Copy exactly, please, the lines of the data from its start through the line containing "#190=CARTESIAN_POINT('',(-9.,15.,-9.));".

Stored data entries
== Segment start ==

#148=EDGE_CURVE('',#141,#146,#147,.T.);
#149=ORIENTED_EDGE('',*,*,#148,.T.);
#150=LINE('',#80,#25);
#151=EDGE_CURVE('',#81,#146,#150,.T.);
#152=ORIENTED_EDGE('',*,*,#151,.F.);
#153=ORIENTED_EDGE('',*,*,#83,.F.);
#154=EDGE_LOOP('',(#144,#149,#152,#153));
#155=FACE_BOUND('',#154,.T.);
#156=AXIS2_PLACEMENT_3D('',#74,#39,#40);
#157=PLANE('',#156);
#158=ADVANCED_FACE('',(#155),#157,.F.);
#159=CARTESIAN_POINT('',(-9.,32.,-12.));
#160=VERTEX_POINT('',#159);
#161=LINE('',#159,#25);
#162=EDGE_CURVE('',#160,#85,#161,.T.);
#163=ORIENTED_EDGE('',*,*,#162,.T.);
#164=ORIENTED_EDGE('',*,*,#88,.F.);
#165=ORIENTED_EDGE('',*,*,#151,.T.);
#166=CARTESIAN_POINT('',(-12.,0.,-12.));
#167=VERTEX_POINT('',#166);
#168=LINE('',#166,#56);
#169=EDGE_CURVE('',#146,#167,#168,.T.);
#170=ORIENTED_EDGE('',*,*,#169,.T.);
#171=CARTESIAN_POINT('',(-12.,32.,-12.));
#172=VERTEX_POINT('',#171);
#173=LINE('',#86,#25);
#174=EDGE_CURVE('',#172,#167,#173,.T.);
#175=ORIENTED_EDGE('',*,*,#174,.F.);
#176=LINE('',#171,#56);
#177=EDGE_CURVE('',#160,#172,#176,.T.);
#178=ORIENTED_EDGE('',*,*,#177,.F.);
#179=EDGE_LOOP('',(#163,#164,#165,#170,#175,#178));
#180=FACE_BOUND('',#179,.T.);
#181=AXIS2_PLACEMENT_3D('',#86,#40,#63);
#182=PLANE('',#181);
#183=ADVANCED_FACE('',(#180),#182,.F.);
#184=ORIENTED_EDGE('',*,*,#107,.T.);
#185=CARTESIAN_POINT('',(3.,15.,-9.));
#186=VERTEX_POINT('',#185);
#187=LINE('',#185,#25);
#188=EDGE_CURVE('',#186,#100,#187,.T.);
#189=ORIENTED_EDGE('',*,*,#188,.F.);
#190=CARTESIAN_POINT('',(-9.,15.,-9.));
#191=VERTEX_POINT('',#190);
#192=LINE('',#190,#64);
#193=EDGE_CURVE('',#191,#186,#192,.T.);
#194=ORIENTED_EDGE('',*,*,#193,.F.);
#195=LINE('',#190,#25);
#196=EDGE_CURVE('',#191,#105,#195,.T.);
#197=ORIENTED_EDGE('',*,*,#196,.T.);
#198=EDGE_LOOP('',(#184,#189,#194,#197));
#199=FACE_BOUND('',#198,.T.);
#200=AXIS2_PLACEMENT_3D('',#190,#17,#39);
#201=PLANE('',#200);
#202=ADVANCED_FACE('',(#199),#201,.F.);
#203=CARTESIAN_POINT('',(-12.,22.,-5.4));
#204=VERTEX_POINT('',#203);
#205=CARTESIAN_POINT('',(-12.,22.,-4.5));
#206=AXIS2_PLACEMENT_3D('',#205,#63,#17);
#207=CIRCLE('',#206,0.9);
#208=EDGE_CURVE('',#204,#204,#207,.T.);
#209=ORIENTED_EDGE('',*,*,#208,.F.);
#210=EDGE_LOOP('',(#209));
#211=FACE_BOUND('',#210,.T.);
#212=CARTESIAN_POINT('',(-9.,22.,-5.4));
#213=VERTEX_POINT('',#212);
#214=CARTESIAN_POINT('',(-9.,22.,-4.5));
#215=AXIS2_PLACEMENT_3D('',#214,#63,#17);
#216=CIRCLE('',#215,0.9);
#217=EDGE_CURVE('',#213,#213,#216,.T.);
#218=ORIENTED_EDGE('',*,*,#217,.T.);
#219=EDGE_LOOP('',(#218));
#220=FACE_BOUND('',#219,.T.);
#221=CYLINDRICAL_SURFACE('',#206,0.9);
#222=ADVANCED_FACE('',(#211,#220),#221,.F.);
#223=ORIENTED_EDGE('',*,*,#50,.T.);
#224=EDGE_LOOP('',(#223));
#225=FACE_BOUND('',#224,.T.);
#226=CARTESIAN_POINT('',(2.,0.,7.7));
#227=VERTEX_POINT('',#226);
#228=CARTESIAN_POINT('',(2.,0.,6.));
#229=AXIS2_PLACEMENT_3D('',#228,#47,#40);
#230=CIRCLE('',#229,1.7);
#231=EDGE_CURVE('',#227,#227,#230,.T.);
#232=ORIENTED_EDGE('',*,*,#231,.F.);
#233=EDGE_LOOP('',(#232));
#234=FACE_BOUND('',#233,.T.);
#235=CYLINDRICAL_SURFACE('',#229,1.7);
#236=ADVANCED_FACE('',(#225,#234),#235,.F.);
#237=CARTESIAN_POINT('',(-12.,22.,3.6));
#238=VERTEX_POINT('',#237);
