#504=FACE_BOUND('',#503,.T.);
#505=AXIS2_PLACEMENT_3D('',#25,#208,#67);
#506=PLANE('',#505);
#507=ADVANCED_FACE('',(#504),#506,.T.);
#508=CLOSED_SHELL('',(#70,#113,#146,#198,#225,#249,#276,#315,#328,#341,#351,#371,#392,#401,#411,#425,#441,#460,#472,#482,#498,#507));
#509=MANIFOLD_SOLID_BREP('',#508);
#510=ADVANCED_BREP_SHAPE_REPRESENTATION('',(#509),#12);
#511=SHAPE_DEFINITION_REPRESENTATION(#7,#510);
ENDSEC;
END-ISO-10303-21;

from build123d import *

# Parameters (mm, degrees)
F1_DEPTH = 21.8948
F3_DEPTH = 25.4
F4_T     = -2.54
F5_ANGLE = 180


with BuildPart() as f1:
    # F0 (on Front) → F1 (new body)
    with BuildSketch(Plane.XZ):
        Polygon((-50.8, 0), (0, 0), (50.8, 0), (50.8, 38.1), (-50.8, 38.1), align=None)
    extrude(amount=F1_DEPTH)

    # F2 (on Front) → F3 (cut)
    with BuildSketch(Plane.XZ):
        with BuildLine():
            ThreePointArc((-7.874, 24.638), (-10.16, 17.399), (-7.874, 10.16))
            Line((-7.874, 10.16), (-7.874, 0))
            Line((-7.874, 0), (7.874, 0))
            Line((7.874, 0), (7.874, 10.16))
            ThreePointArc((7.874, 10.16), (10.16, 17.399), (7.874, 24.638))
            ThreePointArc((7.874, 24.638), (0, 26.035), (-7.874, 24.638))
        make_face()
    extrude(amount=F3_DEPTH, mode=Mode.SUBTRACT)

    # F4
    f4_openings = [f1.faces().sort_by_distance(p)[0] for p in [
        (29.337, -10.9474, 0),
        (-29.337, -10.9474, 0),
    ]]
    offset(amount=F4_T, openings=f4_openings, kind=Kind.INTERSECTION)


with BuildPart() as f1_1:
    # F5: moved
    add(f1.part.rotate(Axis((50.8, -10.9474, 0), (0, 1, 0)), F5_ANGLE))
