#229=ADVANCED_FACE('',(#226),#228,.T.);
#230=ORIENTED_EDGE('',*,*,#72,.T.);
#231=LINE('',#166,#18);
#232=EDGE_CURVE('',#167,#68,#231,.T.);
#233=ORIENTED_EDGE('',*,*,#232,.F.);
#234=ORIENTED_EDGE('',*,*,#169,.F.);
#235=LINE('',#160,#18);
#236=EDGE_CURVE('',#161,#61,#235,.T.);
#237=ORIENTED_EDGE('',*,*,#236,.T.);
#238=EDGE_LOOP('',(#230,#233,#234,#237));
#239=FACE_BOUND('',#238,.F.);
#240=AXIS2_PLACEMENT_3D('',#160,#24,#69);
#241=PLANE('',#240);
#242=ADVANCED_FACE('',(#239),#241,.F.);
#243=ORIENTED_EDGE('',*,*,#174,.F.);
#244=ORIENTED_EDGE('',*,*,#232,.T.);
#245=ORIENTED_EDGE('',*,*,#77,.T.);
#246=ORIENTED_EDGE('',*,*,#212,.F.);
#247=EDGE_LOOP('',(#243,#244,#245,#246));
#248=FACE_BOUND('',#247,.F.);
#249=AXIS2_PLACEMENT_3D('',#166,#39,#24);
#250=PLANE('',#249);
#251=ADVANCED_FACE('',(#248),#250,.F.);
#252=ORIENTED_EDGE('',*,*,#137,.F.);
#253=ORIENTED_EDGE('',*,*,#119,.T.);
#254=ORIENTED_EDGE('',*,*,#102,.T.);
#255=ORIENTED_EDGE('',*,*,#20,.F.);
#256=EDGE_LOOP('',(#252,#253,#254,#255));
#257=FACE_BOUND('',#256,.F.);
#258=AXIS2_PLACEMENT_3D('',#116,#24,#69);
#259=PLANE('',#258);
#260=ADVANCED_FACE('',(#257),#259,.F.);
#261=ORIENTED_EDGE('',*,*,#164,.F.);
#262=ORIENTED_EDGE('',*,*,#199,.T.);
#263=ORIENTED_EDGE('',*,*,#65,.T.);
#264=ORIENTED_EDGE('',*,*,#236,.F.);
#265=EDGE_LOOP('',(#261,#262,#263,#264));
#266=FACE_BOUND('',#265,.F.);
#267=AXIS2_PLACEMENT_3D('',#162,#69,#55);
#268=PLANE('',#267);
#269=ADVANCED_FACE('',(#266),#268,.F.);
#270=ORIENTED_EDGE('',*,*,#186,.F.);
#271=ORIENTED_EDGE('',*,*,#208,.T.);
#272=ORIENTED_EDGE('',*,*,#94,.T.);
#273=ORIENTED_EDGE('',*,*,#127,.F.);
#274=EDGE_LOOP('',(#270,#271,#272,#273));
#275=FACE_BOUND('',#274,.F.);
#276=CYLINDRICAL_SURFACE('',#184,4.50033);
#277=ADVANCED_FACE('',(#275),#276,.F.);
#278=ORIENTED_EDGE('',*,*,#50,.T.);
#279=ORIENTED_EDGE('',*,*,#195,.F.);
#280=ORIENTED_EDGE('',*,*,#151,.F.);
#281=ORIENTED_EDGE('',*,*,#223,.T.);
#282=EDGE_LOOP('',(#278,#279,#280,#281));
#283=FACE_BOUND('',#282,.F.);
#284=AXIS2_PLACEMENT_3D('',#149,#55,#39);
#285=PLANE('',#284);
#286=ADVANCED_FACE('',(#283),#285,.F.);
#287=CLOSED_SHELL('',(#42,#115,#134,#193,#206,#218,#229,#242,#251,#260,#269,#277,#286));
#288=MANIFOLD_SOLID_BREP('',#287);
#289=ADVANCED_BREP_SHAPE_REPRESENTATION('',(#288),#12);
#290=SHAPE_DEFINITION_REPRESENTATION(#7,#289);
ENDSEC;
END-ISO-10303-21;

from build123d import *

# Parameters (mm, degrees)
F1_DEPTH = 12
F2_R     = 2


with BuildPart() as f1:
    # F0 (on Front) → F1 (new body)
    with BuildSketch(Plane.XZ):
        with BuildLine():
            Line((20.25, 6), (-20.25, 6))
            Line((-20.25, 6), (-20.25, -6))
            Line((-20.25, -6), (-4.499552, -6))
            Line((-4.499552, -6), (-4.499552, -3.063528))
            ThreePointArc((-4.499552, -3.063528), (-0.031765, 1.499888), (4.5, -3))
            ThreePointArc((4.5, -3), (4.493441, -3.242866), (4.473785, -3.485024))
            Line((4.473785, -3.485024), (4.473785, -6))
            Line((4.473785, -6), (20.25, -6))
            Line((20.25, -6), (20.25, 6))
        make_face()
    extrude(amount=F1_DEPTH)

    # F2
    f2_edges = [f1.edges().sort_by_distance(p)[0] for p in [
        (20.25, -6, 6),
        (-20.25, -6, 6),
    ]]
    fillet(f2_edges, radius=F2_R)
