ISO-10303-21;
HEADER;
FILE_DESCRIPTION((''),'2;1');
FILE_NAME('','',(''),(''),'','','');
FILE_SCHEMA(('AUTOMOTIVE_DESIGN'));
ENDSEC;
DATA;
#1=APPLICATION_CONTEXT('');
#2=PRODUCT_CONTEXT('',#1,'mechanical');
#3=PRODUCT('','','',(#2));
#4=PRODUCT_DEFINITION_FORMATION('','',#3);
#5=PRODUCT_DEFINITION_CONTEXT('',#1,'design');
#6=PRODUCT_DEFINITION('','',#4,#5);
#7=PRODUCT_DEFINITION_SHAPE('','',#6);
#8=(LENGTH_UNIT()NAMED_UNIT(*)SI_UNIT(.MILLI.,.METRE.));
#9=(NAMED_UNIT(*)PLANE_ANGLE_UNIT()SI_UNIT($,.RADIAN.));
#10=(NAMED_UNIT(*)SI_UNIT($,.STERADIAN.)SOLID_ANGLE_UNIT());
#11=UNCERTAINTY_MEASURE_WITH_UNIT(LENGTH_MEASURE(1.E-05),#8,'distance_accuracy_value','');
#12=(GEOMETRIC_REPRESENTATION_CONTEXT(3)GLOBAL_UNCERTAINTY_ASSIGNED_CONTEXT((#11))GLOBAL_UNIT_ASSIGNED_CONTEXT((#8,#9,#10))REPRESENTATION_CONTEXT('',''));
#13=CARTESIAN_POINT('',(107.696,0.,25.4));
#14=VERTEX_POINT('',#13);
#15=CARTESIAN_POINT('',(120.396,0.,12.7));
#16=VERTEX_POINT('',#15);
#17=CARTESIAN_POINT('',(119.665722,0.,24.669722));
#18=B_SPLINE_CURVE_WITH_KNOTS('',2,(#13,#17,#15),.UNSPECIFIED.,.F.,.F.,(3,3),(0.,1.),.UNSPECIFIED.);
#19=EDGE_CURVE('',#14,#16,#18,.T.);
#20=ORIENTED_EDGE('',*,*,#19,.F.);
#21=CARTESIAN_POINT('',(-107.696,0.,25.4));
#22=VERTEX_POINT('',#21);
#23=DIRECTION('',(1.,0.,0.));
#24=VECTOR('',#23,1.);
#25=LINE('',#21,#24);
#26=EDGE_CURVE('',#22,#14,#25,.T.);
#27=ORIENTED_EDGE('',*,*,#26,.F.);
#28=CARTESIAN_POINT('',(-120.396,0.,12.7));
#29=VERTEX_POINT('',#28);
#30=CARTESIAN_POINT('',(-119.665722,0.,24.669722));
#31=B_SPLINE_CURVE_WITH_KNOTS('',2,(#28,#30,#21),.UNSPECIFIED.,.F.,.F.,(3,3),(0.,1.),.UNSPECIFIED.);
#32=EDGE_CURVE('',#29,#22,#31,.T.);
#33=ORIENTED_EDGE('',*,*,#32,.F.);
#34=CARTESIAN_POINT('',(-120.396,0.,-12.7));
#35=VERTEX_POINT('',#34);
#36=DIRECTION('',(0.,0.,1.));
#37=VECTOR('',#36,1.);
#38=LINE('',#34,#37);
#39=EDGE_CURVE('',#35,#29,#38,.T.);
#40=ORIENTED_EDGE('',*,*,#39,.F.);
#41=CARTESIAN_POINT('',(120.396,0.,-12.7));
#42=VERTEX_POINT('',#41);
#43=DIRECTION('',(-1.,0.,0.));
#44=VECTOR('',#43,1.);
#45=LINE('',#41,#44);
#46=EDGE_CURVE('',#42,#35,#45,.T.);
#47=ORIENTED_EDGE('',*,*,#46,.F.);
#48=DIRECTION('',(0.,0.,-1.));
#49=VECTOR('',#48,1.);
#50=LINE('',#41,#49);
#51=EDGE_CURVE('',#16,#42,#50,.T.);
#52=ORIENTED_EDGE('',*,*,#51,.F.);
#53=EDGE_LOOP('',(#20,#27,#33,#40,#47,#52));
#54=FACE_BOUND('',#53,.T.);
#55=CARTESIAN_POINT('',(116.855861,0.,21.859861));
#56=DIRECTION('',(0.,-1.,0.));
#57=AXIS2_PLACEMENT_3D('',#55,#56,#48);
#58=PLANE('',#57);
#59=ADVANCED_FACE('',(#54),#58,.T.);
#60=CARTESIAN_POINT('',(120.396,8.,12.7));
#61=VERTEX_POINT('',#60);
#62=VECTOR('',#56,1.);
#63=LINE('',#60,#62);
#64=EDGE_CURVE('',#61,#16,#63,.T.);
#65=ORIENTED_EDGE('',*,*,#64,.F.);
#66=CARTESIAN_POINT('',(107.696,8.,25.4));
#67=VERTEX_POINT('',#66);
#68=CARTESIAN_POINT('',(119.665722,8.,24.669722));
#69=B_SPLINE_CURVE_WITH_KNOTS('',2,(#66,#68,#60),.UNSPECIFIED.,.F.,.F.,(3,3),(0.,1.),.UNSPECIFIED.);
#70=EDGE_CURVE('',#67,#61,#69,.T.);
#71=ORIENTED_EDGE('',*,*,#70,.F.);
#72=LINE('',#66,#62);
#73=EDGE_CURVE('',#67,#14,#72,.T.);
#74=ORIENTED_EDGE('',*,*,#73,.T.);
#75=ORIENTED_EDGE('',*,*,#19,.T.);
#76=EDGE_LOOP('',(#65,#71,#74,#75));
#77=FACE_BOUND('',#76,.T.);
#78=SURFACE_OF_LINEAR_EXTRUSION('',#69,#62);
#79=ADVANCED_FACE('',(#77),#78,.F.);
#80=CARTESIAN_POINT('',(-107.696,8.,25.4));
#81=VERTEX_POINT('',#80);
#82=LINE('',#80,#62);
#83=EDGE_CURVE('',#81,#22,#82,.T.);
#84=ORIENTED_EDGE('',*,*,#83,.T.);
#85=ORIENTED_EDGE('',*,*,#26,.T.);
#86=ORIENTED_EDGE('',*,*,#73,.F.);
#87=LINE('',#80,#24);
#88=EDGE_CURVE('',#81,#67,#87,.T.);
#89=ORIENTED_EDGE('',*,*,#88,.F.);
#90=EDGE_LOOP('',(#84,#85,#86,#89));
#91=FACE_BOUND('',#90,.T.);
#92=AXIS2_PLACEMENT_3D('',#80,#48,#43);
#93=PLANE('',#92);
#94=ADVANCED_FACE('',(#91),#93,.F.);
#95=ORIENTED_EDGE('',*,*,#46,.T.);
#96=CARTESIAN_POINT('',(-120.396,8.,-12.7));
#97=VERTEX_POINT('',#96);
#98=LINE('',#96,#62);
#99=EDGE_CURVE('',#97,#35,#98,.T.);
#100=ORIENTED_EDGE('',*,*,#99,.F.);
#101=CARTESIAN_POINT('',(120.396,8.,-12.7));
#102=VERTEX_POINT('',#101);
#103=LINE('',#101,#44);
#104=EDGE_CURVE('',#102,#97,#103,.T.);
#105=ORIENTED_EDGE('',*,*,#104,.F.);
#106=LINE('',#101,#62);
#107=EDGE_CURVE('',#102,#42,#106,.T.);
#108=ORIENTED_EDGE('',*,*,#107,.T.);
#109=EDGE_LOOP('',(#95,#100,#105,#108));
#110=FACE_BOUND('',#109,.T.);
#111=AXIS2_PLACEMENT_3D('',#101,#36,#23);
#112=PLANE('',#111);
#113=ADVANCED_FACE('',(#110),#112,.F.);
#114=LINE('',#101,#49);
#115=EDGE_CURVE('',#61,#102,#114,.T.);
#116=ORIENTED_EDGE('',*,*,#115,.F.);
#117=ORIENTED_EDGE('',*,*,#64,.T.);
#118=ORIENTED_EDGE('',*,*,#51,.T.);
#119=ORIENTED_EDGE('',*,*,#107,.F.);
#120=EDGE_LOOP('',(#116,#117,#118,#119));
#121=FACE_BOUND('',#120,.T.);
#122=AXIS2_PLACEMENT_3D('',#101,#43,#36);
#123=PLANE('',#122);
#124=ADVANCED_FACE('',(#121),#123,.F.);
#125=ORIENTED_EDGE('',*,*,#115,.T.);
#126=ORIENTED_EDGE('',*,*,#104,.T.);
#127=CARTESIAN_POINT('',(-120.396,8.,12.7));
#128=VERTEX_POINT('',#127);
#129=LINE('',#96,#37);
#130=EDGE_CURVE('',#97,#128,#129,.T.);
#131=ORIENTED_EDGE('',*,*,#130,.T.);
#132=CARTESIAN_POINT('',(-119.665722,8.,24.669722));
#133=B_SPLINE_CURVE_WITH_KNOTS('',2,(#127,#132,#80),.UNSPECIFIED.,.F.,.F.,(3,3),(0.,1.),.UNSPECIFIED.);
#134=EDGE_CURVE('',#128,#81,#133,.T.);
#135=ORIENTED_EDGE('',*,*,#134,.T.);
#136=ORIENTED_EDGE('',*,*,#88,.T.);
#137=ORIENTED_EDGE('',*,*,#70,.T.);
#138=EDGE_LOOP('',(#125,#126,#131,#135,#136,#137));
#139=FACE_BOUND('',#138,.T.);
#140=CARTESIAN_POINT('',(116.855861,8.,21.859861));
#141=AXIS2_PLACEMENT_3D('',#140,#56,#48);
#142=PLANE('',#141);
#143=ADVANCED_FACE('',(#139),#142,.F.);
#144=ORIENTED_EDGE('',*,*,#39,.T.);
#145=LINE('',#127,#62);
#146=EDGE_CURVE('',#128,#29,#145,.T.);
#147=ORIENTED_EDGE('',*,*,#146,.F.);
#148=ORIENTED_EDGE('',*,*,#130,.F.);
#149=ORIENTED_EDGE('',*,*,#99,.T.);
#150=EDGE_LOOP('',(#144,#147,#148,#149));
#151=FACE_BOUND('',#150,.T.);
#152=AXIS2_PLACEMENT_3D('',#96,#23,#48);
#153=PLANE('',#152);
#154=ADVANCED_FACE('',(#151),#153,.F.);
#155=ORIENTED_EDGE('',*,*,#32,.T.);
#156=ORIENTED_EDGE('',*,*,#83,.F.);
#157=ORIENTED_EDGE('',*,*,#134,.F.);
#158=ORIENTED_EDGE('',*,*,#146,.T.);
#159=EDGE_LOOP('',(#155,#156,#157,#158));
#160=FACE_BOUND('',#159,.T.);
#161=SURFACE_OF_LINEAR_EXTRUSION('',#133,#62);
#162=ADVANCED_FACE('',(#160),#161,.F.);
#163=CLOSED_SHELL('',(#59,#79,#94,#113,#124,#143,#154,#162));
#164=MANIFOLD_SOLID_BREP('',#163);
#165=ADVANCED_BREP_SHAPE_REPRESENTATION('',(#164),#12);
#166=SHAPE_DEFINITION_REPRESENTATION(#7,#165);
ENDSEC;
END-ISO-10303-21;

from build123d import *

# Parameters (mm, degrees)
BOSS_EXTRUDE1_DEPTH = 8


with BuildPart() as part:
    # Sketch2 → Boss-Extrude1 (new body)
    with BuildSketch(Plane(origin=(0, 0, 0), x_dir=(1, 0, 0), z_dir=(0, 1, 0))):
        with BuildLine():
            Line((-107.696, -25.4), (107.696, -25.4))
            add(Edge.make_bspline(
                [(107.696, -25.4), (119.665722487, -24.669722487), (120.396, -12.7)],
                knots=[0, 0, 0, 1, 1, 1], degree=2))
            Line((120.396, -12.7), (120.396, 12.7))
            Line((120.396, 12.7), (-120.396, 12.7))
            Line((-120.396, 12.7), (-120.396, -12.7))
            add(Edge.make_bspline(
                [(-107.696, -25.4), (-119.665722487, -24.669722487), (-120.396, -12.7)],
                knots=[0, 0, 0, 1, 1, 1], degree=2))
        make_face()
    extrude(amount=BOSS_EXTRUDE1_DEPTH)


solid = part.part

== Segment end ==

▶ RESULT OF THE EXERCISE
#148=EDGE_CURVE('',#141,#146,#147,.T.);
#149=ORIENTED_EDGE('',*,*,#148,.T.);
#150=LINE('',#80,#25);
#151=EDGE_CURVE('',#81,#146,#150,.T.);
#152=ORIENTED_EDGE('',*,*,#151,.F.);
#153=ORIENTED_EDGE('',*,*,#83,.F.);
#154=EDGE_LOOP('',(#144,#149,#152,#153));
#155=FACE_BOUND('',#154,.T.);
#156=AXIS2_PLACEMENT_3D('',#74,#39,#40);
#157=PLANE('',#156);
#158=ADVANCED_FACE('',(#155),#157,.F.);
#159=CARTESIAN_POINT('',(-9.,32.,-12.));
#160=VERTEX_POINT('',#159);
#161=LINE('',#159,#25);
#162=EDGE_CURVE('',#160,#85,#161,.T.);
#163=ORIENTED_EDGE('',*,*,#162,.T.);
#164=ORIENTED_EDGE('',*,*,#88,.F.);
#165=ORIENTED_EDGE('',*,*,#151,.T.);
#166=CARTESIAN_POINT('',(-12.,0.,-12.));
#167=VERTEX_POINT('',#166);
#168=LINE('',#166,#56);
#169=EDGE_CURVE('',#146,#167,#168,.T.);
#170=ORIENTED_EDGE('',*,*,#169,.T.);
#171=CARTESIAN_POINT('',(-12.,32.,-12.));
#172=VERTEX_POINT('',#171);
#173=LINE('',#86,#25);
#174=EDGE_CURVE('',#172,#167,#173,.T.);
#175=ORIENTED_EDGE('',*,*,#174,.F.);
#176=LINE('',#171,#56);
#177=EDGE_CURVE('',#160,#172,#176,.T.);
#178=ORIENTED_EDGE('',*,*,#177,.F.);
#179=EDGE_LOOP('',(#163,#164,#165,#170,#175,#178));
#180=FACE_BOUND('',#179,.T.);
#181=AXIS2_PLACEMENT_3D('',#86,#40,#63);
#182=PLANE('',#181);
#183=ADVANCED_FACE('',(#180),#182,.F.);
#184=ORIENTED_EDGE('',*,*,#107,.T.);
#185=CARTESIAN_POINT('',(3.,15.,-9.));
#186=VERTEX_POINT('',#185);
#187=LINE('',#185,#25);
#188=EDGE_CURVE('',#186,#100,#187,.T.);
#189=ORIENTED_EDGE('',*,*,#188,.F.);
#190=CARTESIAN_POINT('',(-9.,15.,-9.));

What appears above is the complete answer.